Figure 7.

‘GIG' motif of UvrD 2B domain is important for UvrD specificity for binding 5′-ss/dsDNA junctions. (A) Crystal structure of UvrD bound to a partial duplex with a 3′-ssDNA tail (Lee and Yang, 2006). The green space fill is the GIG (419) of the ‘GIG' motif in the 2B domain (blue ribbon). The orange space fills are residues D403 and D404. The sequence alignment of ‘GIG' motif in UvrD subfamily of SF1 helicase/translocases is shown. (B) Translocation time courses monitoring the arrival UvrD 2B domain mutants and other SF1 helicase/translocases at the 5′-end of ssDNA and 5′-ss/dsDNA substrates.

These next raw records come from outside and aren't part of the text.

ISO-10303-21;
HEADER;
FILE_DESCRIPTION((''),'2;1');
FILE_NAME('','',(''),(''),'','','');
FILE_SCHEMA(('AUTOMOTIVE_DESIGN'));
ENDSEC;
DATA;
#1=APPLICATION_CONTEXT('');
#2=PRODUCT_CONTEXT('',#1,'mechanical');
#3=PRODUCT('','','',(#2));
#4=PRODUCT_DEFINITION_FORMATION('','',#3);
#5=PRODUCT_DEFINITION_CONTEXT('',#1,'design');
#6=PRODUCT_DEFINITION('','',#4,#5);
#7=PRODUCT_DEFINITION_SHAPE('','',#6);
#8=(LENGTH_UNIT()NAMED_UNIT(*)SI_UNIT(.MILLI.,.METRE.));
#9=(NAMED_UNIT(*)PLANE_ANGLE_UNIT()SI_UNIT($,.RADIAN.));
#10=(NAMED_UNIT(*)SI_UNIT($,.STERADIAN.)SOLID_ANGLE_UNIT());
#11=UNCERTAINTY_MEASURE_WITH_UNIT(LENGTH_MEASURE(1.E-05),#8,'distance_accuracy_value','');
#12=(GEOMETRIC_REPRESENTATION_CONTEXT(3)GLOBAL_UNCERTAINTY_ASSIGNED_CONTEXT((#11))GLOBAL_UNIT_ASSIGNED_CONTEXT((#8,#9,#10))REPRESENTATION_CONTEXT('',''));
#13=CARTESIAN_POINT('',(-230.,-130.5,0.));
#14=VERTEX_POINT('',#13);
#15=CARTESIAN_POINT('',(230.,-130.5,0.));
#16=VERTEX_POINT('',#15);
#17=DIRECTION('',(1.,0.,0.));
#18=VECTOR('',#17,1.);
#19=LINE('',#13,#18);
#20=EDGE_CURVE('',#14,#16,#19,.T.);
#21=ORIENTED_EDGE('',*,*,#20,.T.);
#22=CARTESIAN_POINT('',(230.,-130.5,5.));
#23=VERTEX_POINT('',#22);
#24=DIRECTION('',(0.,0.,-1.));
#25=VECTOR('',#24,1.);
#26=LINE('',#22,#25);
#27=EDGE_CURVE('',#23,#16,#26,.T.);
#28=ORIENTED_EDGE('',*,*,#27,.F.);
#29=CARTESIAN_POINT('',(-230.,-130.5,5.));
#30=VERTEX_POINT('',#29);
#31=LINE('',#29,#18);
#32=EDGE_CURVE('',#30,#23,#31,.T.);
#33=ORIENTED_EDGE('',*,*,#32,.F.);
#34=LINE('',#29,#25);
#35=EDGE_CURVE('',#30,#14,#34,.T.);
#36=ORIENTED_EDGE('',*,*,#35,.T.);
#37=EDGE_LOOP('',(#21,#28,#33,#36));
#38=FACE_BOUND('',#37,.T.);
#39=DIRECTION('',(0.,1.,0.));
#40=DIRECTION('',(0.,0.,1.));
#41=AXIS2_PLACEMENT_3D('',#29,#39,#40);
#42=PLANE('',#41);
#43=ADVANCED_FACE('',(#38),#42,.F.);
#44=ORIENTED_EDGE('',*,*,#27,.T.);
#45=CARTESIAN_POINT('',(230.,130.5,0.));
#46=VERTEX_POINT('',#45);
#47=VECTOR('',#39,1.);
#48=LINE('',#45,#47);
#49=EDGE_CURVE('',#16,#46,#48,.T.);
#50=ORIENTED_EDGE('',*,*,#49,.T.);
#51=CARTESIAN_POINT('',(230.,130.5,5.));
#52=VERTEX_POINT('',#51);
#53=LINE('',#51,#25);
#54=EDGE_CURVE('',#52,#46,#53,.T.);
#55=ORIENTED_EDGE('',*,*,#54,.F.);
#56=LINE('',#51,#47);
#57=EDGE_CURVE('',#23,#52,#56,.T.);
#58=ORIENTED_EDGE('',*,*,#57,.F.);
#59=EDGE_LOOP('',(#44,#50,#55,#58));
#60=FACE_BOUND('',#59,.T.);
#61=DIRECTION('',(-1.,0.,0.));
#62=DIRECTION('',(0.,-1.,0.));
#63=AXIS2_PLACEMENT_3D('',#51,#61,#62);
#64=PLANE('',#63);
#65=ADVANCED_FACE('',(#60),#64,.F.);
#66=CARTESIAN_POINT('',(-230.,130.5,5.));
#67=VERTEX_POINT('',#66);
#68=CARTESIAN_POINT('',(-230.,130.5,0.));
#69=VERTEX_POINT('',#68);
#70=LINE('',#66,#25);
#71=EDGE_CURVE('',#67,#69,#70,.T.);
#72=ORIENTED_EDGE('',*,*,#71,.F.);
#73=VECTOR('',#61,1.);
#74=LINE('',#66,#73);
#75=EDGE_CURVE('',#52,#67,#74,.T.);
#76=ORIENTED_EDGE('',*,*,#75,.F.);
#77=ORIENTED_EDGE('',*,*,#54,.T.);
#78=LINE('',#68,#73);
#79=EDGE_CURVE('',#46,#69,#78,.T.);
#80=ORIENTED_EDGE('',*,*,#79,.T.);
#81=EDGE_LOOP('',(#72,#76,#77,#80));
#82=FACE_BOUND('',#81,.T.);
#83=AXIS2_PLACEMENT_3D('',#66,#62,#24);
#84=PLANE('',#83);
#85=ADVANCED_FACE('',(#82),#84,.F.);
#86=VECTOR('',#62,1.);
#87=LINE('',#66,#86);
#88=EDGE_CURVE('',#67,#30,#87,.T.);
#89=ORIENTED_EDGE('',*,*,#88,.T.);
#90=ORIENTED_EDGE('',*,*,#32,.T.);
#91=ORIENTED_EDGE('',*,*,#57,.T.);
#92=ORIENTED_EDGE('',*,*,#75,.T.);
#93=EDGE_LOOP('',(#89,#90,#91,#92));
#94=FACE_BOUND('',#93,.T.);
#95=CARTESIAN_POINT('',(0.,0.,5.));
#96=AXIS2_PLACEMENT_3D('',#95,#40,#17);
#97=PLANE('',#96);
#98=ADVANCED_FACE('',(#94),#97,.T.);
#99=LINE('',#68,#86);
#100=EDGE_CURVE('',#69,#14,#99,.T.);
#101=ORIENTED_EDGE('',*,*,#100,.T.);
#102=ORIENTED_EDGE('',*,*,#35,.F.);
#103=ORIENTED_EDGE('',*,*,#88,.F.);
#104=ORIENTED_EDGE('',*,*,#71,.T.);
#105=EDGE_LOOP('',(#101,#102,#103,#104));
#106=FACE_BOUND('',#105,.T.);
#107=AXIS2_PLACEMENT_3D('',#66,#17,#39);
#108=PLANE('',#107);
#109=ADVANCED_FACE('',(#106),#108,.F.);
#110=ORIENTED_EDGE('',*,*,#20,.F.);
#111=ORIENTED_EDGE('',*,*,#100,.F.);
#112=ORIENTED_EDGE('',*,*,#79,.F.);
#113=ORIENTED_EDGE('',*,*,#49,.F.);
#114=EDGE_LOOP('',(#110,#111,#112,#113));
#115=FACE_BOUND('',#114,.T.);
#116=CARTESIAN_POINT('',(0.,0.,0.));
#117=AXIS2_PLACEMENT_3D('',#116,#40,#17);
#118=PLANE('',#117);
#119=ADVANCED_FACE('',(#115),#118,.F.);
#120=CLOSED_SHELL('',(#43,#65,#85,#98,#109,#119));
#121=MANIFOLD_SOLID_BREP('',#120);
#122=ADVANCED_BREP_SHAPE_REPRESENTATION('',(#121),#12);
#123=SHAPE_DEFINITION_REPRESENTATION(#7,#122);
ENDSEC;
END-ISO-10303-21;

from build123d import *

# Parameters (mm, degrees)
SKETCH_1_W      = 460
SKETCH_1_H      = 261
EXTRUDE_1_DEPTH = 5


with BuildPart() as part:
    # 스케치1 → 보스-돌출1 (new body)
    with BuildSketch(Plane.XY):
        Rectangle(SKETCH_1_W, SKETCH_1_H)
    extrude(amount=EXTRUDE_1_DEPTH)


solid = part.part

The ssDNA (dT₇₉, red) or 5′-ss/dsDNA (5′-dT₇₉-DP₁₈, blue) is labelled at the 5′-ssDNA end with fluorescein. The time courses are normalized to the peak signal change. (i–iv) wt-UvrD or UvrD 2B domain mutant translocation. (v) E. coli Rep translocation. (vi) B. stearothermophilus PcrA translocation (PcrA (40 nM), 20 mM Tris–HCl pH 7.5, 100 nM DNA, 10 mM NaCl, 10% (v/v) glycerol, 100 nM DNA, 2.5 mM ATP, 3 mM MgCl₂ and 4 mg/ml heparin). (C) Proposal for physiological role of UvrD specificity for 5′-ss/dsDNA junctions. UvrD specifically targets RecA filaments that form on the lagging strand of collapsed replication forks. 5′-ss/dsDNA junctions provide a high-affinity site for UvrD to bind and invade the RecA filament, resulting in displacement of RecA by UvrD translocation along the ssDNA.